A public hearing on the proposed project will take place on July 9, at 6:oo p.m., to precede the public hearing on the conditional use permits required for Colarusso.

Wednesday, June 12, 2019

Last Night with the Planning Board

The Planning Board meeting last night went on for more than three hours, and most of the time was spent considering the conditional use permits needed by Colarusso: for the dock and for the haul road. A new element presented by Pat Prendergast, engineer for Colarusso, was the plan for screening from view stockpiling of rock and activity at the dock. To improve the view from Basilica Hudson, it is proposed that forsythia, hydrangea, and cedar be planted along the fence that borders the east side of the dock area. There will also be plantings, requested by DEC (Department of Environmental Conservation), on the riprap bank and along the top of the dock, which will be visible from Rick's Point.

Prendergast displayed the following simulations to show the appearance of the east side of the dock area today, at the time the shrubs and bushes are planted, and after five years.

The intent of the proposed planting is to screen the storage and dock operations but not to obstruct the view of the mountains or, from Rick Point, the view of the lighthouse or barge loading, which some people apparently enjoy watching.

Some other new information emerged last night. On a site visit with some members of the Planning Board, together with Ryan Weitz of Barton & Loguidice, and representatives of Colarusso, it was suggested by Matthew Frederick, who seems too have become an unofficial consultant to the Planning Board, that the existing haul road could be retained for recreational use when a new haul road is constructed at the center of the berm, which is sometimes referred to as "the causeway." John Privatera, attorney for Colarusso, responded to the suggestion by saying it had "all kinds of liability issues."

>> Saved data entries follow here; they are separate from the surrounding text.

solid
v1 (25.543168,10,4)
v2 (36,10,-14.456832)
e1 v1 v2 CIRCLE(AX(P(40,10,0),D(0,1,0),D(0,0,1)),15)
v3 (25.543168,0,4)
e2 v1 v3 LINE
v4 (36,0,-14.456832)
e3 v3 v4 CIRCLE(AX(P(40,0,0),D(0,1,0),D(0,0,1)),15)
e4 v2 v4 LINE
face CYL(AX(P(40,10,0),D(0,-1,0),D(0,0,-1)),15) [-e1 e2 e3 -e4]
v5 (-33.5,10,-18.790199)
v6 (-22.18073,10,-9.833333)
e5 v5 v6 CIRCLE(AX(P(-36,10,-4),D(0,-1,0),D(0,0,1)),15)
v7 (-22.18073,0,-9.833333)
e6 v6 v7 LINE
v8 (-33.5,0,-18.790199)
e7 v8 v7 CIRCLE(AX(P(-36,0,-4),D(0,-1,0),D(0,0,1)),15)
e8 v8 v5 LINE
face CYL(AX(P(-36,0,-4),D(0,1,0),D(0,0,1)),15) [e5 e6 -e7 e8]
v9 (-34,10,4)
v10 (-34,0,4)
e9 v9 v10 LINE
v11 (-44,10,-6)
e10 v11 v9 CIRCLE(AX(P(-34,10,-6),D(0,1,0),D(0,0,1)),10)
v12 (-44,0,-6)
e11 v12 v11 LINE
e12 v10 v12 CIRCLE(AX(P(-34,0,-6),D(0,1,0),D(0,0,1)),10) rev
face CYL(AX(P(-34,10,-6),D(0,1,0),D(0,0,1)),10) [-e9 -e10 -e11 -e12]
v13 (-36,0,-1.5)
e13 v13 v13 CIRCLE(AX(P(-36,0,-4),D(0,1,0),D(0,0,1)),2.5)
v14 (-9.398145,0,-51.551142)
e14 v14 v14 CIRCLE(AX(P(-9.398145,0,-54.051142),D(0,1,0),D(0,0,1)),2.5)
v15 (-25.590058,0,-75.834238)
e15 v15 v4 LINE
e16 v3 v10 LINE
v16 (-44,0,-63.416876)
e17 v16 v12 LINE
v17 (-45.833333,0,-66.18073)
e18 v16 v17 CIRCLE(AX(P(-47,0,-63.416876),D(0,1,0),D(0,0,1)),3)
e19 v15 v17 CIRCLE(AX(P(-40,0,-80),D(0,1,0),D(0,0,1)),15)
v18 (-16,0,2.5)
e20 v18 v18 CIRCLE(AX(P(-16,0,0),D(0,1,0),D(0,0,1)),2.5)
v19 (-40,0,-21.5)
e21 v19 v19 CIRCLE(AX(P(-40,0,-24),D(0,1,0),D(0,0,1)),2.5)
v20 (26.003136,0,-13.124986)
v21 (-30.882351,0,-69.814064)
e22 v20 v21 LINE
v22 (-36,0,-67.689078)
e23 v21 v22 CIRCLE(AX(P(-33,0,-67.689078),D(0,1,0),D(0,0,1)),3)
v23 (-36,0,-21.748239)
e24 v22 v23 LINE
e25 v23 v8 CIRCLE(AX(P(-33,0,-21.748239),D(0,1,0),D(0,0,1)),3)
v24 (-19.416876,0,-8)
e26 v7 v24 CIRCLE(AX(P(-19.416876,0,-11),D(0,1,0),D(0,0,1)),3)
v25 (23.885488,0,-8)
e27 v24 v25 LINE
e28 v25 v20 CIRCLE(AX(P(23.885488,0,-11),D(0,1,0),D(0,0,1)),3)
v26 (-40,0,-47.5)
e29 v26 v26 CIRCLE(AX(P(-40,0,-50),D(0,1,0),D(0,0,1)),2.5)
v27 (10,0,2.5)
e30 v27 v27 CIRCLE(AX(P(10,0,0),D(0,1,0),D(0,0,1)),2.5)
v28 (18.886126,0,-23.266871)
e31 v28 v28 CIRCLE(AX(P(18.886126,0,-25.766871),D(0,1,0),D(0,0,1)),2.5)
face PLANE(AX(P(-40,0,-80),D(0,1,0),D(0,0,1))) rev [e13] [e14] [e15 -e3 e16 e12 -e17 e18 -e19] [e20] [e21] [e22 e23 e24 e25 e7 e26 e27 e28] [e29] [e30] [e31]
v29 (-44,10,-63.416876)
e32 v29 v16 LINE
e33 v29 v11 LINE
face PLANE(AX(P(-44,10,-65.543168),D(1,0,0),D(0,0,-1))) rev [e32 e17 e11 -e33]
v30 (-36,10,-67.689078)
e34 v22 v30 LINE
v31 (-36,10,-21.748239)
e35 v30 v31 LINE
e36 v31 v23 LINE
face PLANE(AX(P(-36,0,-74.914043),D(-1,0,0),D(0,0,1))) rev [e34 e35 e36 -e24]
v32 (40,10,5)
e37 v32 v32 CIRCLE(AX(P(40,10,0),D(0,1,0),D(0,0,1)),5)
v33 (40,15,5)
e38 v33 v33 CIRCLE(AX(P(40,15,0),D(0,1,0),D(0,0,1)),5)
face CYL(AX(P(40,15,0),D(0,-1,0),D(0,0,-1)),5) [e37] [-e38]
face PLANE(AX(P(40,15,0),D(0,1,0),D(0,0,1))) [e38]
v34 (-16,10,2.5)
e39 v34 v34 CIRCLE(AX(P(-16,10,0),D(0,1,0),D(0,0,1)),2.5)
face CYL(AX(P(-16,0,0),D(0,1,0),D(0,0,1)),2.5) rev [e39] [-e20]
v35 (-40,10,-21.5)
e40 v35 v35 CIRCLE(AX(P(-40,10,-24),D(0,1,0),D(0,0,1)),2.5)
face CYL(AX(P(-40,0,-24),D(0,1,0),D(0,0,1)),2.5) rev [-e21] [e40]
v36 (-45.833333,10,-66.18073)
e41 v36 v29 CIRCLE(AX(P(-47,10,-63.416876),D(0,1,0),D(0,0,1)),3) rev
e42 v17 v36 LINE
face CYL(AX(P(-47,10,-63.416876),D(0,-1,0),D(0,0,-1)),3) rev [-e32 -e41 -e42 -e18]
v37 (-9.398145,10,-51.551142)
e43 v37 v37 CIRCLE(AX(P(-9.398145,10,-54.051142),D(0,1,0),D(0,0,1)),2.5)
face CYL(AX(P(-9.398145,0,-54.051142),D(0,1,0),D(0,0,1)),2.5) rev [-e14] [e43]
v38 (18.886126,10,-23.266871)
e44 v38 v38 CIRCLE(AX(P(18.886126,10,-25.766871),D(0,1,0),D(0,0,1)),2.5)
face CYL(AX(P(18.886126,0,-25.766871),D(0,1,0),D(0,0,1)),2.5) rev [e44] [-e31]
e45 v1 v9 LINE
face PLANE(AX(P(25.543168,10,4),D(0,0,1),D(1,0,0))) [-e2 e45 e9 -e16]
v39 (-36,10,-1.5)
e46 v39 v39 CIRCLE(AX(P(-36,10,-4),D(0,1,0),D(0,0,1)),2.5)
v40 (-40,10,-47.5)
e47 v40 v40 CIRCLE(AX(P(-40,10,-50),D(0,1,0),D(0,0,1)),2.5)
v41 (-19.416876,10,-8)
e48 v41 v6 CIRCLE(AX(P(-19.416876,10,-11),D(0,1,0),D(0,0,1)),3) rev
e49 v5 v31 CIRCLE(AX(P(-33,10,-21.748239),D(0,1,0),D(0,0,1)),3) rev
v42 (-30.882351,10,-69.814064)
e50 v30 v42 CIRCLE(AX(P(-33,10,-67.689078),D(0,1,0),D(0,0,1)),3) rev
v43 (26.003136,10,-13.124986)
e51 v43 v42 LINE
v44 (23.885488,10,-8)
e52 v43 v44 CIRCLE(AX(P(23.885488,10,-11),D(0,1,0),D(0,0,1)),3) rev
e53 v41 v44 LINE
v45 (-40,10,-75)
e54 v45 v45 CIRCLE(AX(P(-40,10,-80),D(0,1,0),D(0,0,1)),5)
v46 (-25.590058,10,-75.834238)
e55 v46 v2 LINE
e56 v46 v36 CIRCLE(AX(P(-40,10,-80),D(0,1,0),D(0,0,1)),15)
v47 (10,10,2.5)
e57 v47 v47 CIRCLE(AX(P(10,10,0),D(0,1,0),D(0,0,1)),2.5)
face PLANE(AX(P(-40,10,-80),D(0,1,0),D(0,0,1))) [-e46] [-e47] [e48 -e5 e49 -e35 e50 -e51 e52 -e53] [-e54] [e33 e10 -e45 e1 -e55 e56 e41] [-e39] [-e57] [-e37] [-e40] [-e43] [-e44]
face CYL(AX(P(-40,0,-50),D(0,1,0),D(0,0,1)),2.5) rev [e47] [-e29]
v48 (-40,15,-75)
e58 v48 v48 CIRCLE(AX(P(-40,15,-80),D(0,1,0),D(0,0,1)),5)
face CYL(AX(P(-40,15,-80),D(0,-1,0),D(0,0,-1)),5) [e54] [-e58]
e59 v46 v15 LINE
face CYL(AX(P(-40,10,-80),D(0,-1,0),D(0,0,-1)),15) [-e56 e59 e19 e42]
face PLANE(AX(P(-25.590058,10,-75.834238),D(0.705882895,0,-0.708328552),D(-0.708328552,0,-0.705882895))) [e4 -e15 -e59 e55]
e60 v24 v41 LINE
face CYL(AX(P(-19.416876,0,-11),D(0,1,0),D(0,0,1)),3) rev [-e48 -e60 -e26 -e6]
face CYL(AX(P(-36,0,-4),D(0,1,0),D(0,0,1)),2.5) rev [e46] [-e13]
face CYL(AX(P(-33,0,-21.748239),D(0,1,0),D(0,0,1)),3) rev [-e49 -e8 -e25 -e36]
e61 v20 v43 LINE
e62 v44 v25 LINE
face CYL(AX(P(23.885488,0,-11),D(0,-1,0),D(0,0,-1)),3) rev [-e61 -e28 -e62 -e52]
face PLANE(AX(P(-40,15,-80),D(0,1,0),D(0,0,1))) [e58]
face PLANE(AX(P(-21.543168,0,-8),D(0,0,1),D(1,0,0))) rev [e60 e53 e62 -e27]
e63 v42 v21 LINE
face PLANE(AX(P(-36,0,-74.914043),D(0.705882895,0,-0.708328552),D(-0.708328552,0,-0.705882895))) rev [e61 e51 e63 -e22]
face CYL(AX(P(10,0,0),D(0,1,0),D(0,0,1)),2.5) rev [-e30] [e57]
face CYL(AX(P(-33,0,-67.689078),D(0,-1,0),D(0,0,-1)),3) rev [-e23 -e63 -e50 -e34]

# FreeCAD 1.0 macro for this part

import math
import FreeCAD as App
import Part
import Sketcher

V = App.Vector


def edges_at(feature, points):
    """Names of the edges that pass closest to the given points."""
    edges = feature.Shape.Edges
    near = lambda p: min(range(len(edges)), key=lambda i: edges[i].distToShape(Part.Vertex(*p))[0])
    return sorted({f"Edge{near(p) + 1}" for p in points})

doc = App.newDocument("Part")
body = doc.addObject("PartDesign::Body", "Body")

# Sketch on XZ plane
sketch1 = body.newObject("Sketcher::SketchObject", "Sketch")
sketch1.AttachmentSupport = (doc.getObject("XZ_Plane"), [""])
sketch1.MapMode = "FlatFace"
sketch1.addGeometry([
    Part.LineSegment(V(36, -14, 0), V(-26, -76, 0)),  # 0
    Part.ArcOfCircle(Part.Circle(V(-40, -80, 0), V(0, 0, 1), 15), math.radians(105), math.radians(376)),  # 1
    Part.LineSegment(V(-44, -66, 0), V(-44, 4, 0)),  # 2
    Part.LineSegment(V(-44, 4, 0), V(26, 4, 0)),  # 3
    Part.ArcOfCircle(Part.Circle(V(40, 0, 0), V(0, 0, 1), 15), math.radians(-105), math.radians(165)),  # 4
], False)
sketch1.addConstraint([
    Sketcher.Constraint("Coincident", 0, 2, 1, 2),
    Sketcher.Constraint("Coincident", 1, 1, 2, 1),
    Sketcher.Constraint("Coincident", 2, 2, 3, 1),
    Sketcher.Constraint("Coincident", 3, 2, 4, 2),
    Sketcher.Constraint("Coincident", 4, 1, 0, 1),
    Sketcher.Constraint("Vertical", 2),
    Sketcher.Constraint("Horizontal", 3),
    Sketcher.Constraint("Equal", 1, 4),
    Sketcher.Constraint("PointOnObject", 4, 3, -1),
    Sketcher.Constraint("Equal", 3, 2),
    Sketcher.Constraint("Radius", 1, 15.0),
    Sketcher.Constraint("DistanceX", 1, 3, -1, 1, 40.0),
    Sketcher.Constraint("DistanceY", 1, 3, -1, 1, 80.0),
    Sketcher.Constraint("DistanceX", -1, 1, 4, 3, 40.0),
    Sketcher.Constraint("DistanceX", 1, 1, -1, 1, 44.0),
    Sketcher.Constraint("DistanceX", -1, 1, 4, 1, 36.0),
    Sketcher.Constraint("DistanceX", 0, 2, -1, 1, 25.590058),
])
pad1 = body.newObject("PartDesign::Pad", "Pad")
pad1.Profile = sketch1
pad1.Length = 10
pad1.Reversed = True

In summarizing a letter he submitted to the Planning Board, Weitz spoke of the silo and the "salt shed" as structures that are "a valued part of the the waterfront to many folks." Speaking of the structures, Privatera indicated Colarusso would fulfill its "ownership responsibilities" and maintain them, but they would not do any work that would require returning to the Planning Board.

Weitz also mentioned the railroad trestle that will be used to access the Nack Center and spoke of potential assistance from Colarusso in restoring the trestle.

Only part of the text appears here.